Question about diagonalizable matrices

[Bipolarity]

Suppose that $A$ is a diagonalizable $n \times n$ matrix. Then it is similar to a diagonal matrix $B$. My question is, is $B$ the only diagonal matrix to which $A$ is similar?

I have thought about this, but am unsure if my answer is correct. My claim is that $B$ is the only diagonal matrix to which $A$ is similar, up to a rearrangement (or permutation) of the eigenvectors of $A$ in an ordered eigenbasis for $ℝ^{n}$. Thus, if you rearrange the vectors in your eigenbasis, you will obtain a different diagonal matrix for $[L_{A}]_{β}$ but this will be merely a rearrangement of the diagonal entries of B.

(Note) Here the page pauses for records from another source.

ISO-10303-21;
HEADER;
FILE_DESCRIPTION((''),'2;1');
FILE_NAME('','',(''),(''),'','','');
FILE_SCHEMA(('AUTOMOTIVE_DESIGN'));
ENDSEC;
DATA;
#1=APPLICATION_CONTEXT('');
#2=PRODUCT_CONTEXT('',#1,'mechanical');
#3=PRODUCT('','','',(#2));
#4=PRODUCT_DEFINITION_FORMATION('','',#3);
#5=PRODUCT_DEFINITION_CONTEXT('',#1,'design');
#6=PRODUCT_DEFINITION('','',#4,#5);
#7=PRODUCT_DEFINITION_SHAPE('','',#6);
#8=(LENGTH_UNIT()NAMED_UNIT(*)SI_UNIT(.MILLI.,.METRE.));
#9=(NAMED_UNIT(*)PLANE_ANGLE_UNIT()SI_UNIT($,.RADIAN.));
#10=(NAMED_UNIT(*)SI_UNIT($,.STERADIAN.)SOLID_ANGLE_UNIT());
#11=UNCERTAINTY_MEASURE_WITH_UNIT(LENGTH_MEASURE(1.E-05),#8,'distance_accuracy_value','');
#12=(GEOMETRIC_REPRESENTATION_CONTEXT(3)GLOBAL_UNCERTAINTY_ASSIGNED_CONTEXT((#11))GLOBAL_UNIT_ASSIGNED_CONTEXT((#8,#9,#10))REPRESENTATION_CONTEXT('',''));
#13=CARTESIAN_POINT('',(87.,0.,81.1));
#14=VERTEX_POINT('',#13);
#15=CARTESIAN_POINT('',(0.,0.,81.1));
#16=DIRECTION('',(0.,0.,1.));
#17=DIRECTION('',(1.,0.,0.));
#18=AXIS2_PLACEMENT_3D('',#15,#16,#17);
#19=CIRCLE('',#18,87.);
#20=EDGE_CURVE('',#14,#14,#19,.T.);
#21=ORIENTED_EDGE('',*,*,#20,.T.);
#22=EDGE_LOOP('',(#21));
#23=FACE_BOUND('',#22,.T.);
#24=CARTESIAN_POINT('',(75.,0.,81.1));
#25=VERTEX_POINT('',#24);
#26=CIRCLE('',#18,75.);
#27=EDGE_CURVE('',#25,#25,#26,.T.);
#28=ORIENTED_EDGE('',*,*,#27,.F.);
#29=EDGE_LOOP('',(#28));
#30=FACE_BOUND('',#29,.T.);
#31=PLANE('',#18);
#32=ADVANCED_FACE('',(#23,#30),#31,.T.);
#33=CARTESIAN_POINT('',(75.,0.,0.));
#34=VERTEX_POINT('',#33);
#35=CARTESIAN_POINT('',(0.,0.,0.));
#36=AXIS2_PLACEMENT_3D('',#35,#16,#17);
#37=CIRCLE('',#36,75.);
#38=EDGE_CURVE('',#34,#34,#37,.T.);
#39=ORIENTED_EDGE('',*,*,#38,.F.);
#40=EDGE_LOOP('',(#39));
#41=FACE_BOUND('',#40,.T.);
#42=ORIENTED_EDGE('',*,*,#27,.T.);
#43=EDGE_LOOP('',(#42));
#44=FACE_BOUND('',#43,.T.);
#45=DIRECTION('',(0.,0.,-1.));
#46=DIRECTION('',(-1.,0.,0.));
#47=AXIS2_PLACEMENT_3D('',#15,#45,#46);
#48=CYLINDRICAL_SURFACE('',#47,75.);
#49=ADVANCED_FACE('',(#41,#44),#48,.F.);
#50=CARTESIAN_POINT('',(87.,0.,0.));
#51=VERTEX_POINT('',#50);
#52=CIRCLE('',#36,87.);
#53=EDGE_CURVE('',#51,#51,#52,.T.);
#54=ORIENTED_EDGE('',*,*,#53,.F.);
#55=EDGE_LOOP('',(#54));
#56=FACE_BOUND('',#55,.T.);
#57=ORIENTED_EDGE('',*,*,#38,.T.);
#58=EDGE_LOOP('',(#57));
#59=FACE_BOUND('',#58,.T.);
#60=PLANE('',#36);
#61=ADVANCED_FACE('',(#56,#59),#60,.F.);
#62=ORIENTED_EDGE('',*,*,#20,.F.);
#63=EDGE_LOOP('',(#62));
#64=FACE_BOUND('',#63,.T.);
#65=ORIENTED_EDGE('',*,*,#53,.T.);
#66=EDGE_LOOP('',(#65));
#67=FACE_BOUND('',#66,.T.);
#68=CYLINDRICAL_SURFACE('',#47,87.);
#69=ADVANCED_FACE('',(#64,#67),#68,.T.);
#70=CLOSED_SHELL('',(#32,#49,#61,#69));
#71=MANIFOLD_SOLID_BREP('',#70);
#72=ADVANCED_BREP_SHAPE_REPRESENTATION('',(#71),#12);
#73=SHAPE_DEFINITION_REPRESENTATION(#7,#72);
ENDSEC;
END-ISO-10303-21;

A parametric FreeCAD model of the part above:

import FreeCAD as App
import Part
import Sketcher
from FreeCAD import Vector

doc = App.newDocument("Part")
body = doc.addObject("PartDesign::Body", "Body")

# Sketch on XY plane
sketch1 = doc.addObject("Sketcher::SketchObject", "Sketch")
body.addObject(sketch1)
sketch1.AttachmentSupport = (doc.XY_Plane, [""])
sketch1.MapMode = "FlatFace"
sketch1.addGeometry(Part.Circle(Vector(0, 0, 0), Vector(0, 0, 1), 87), False)
sketch1.addGeometry(Part.Circle(Vector(0, 0, 0), Vector(0, 0, 1), 75), False)
sketch1.addConstraint(Sketcher.Constraint("Coincident", 0, 3, -1, 1))
sketch1.addConstraint(Sketcher.Constraint("Coincident", 1, 3, -1, 1))
sketch1.addConstraint(Sketcher.Constraint("Diameter", 0, 174.0))
sketch1.addConstraint(Sketcher.Constraint("Diameter", 1, 150.0))
pad1 = doc.addObject("PartDesign::Pad", "Pad")
body.addObject(pad1)
pad1.Profile = sketch1
pad1.Length = 81.1

doc.recompute()
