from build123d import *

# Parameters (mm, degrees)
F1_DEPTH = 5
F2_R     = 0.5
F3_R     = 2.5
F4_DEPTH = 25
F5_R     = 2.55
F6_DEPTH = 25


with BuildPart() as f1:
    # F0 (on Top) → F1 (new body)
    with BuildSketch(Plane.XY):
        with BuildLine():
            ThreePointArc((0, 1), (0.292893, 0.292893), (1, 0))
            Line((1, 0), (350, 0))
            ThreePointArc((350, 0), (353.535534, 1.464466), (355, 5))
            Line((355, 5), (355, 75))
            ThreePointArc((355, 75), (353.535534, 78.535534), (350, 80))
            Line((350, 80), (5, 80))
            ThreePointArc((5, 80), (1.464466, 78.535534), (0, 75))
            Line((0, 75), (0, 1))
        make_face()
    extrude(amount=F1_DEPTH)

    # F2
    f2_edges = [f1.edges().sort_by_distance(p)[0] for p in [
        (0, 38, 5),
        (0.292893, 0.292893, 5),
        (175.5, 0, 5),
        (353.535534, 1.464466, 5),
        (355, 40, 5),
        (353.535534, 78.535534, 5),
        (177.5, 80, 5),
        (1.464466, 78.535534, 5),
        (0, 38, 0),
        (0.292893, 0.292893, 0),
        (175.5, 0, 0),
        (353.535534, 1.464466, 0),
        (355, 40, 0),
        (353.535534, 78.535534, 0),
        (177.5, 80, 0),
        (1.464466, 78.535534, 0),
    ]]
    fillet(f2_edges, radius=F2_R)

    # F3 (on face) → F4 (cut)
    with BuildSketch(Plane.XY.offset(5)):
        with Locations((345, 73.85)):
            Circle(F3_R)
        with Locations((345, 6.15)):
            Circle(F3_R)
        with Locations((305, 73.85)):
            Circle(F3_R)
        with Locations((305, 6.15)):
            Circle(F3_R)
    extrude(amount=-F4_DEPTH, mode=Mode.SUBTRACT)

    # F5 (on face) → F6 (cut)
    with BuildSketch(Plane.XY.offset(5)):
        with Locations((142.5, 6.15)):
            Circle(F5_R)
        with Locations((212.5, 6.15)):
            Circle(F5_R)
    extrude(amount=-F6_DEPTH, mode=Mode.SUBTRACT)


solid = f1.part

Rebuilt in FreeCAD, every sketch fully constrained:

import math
import FreeCAD as App
import Part
import Sketcher

V = App.Vector
Q = App.Units.Quantity


def edges_at(feature, points):
    """Names of the edges that pass closest to the given points."""
    edges = feature.Shape.Edges
    near = lambda p: min(range(len(edges)), key=lambda i: edges[i].distToShape(Part.Vertex(*p))[0])
    return sorted({f"Edge{near(p) + 1}" for p in points})

doc = App.newDocument("Part")
body = doc.addObject("PartDesign::Body", "Body")

# Sketch on XY plane
sketch1 = body.newObject("Sketcher::SketchObject", "Sketch")
sketch1.AttachmentSupport = (doc.getObject("XY_Plane"), [""])
sketch1.MapMode = "FlatFace"
sketch1.addGeometry([
    Part.ArcOfCircle(Part.Circle(V(1, 1, 0), V(0, 0, 1), 1), math.radians(180), math.radians(270)),  # 0
    Part.LineSegment(V(1, 0, 0), V(350, 0, 0)),  # 1
    Part.ArcOfCircle(Part.Circle(V(350, 5, 0), V(0, 0, 1), 5), math.radians(-90), math.radians(0)),  # 2
    Part.LineSegment(V(355, 5, 0), V(355, 75, 0)),  # 3
    Part.ArcOfCircle(Part.Circle(V(350, 75, 0), V(0, 0, 1), 5), math.radians(0), math.radians(90)),  # 4
    Part.LineSegment(V(350, 80, 0), V(5, 80, 0)),  # 5
    Part.ArcOfCircle(Part.Circle(V(5, 75, 0), V(0, 0, 1), 5), math.radians(90), math.radians(180)),  # 6
    Part.LineSegment(V(0, 75, 0), V(0, 1, 0)),  # 7
], False)
sketch1.addConstraint([
    Sketcher.Constraint("Tangent", 0, 2, 1, 1),
    Sketcher.Constraint("Tangent", 1, 2, 2, 1),
    Sketcher.Constraint("Tangent", 2, 2, 3, 1),
    Sketcher.Constraint("Tangent", 3, 2, 4, 1),
    Sketcher.Constraint("Tangent", 4, 2, 5, 1),
    Sketcher.Constraint("Tangent", 5, 2, 6, 1),
    Sketcher.Constraint("Tangent", 6, 2, 7, 1),
    Sketcher.Constraint("Tangent", 7, 2, 0, 1),
    Sketcher.Constraint("Horizontal", 1),
    Sketcher.Constraint("Vertical", 3),
    Sketcher.Constraint("Horizontal", 5),
    Sketcher.Constraint("Vertical", 7),
    Sketcher.Constraint("Equal", 2, 4),
    Sketcher.Constraint("Equal", 4, 6),
    Sketcher.Constraint("PointOnObject", 0, 2, -1),
    Sketcher.Constraint("PointOnObject", 6, 2, -2),
    Sketcher.Constraint("Radius", 0, Q("0.999999 mm")),
    Sketcher.Constraint("Radius", 2, Q("5 mm")),
    Sketcher.Constraint("DistanceX", 1, 1, 1, 2, Q("349 mm")),
    Sketcher.Constraint("DistanceY", 3, 1, 3, 2, Q("70 mm")),
])
pad1 = body.newObject("PartDesign::Pad", "Pad")
pad1.Profile = sketch1
pad1.Length = 5
doc.recompute()

fillet = body.newObject("PartDesign::Fillet", "Fillet")
fillet.Base = (pad1, edges_at(pad1, [
    (0, 38, 5),
    (0.293, 0.293, 5),
    (175.5, 0, 5),
    (353.536, 1.464, 5),
    (355, 40, 5),
    (353.536, 78.536, 5),
    (177.5, 80, 5),
    (1.464, 78.536, 5),
    (0, 38, 0),
    (0.293, 0.293, 0),
    (175.5, 0, 0),
    (353.536, 1.464, 0),
    (355, 40, 0),
    (353.536, 78.536, 0),
    (177.5, 80, 0),
    (1.464, 78.536, 0),
]))
fillet.Radius = 0.5

# Sketch on XY plane
sketch2 = body.newObject("Sketcher::SketchObject", "Sketch001")
sketch2.AttachmentSupport = (doc.getObject("XY_Plane"), [""])
sketch2.MapMode = "FlatFace"
sketch2.AttachmentOffset = App.Placement(V(0, 0, 5), App.Rotation())
sketch2.addGeometry([
    Part.Circle(V(345, 73.8, 0), V(0, 0, 1), 2.5),
    Part.Circle(V(345, 6.2, 0), V(0, 0, 1), 2.5),
    Part.Circle(V(305, 73.8, 0), V(0, 0, 1), 2.5),
    Part.Circle(V(305, 6.2, 0), V(0, 0, 1), 2.5),
], False)
sketch2.addConstraint([
    Sketcher.Constraint("Equal", 0, 1),
    Sketcher.Constraint("Equal", 1, 2),
    Sketcher.Constraint("Equal", 2, 3),
    Sketcher.Constraint("Horizontal", 0, 3, 2, 3),
    Sketcher.Constraint("Horizontal", 1, 3, 3, 3),
    Sketcher.Constraint("Vertical", 0, 3, 1, 3),
    Sketcher.Constraint("Vertical", 2, 3, 3, 3),
    Sketcher.Constraint("Diameter", 0, Q("5 mm")),
    Sketcher.Constraint("DistanceX", -1, 1, 0, 3, Q("345 mm")),
    Sketcher.Constraint("DistanceX", -1, 1, 2, 3, Q("305 mm")),
    Sketcher.Constraint("DistanceY", 1, 3, 0, 3, Q("67.7 mm")),
    Sketcher.Constraint("DistanceY", -1, 1, 0, 3, Q("73.85 mm")),
])
pocket1 = body.newObject("PartDesign::Pocket", "Pocket")
pocket1.Profile = sketch2
pocket1.Length = 25

# Sketch on XY plane
sketch3 = body.newObject("Sketcher::SketchObject", "Sketch002")
sketch3.AttachmentSupport = (doc.getObject("XY_Plane"), [""])
sketch3.MapMode = "FlatFace"
sketch3.AttachmentOffset = App.Placement(V(0, 0, 5), App.Rotation())
sketch3.addGeometry([
    Part.Circle(V(142.5, 6.2, 0), V(0, 0, 1), 2.5),
    Part.Circle(V(212.5, 6.2, 0), V(0, 0, 1), 2.5),
], False)
sketch3.addConstraint([
    Sketcher.Constraint("Equal", 0, 1),
    Sketcher.Constraint("Horizontal", 0, 3, 1, 3),
    Sketcher.Constraint("Diameter", 0, Q("5.1 mm")),
    Sketcher.Constraint("DistanceX", 0, 3, 1, 3, Q("70 mm")),
    Sketcher.Constraint("DistanceX", -1, 1, 0, 3, Q("142.5 mm")),
    Sketcher.Constraint("DistanceY", -1, 1, 0, 3, Q("6.15 mm")),
])
pocket2 = body.newObject("PartDesign::Pocket", "Pocket001")
pocket2.Profile = sketch3
pocket2.Length = 25

doc.recompute()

Is this true? If so, how might I go about proving this conjecture of mine?

BiP

 

[micromass]

Yes, it's true.

A hint for the proof: the diagonal entries are the eigenvalues of $A$.

 

[CompuChip]

If $A = X^{-1}BX = Y^{-1}B'Y$ then $B = (Y X^{-1})^{-1} B' (Y X^{-1})$.
So if A is similar to two diagonal matrices, then these matrices are similar to each other.
I guess a starting point would be to check which similarity transformations keep diagonal matrices diagonal, and see what you can say about X and Y that way.

 

[HallsofIvy]

Yes, it's true.

A hint for the proof: the diagonal entries are the eigenvalues of $A$.

Not quite. A matrix can be similar to two different diagonal matrices if they have the same numbers on the diagonal in different orders.

 

[micromass]

Not quite. A matrix can be similar to two different diagonal matrices if they have the same numbers on the diagonal in different orders.

That's exactly what the OP said:

Thus, if you rearrange the vectors in your eigenbasis, you will obtain a different diagonal matrix for $[L_A]_\beta$ but this will be merely a rearrangement of the diagonal entries of B.

 

[mathwonk]

you might look at the characteristic polynomial.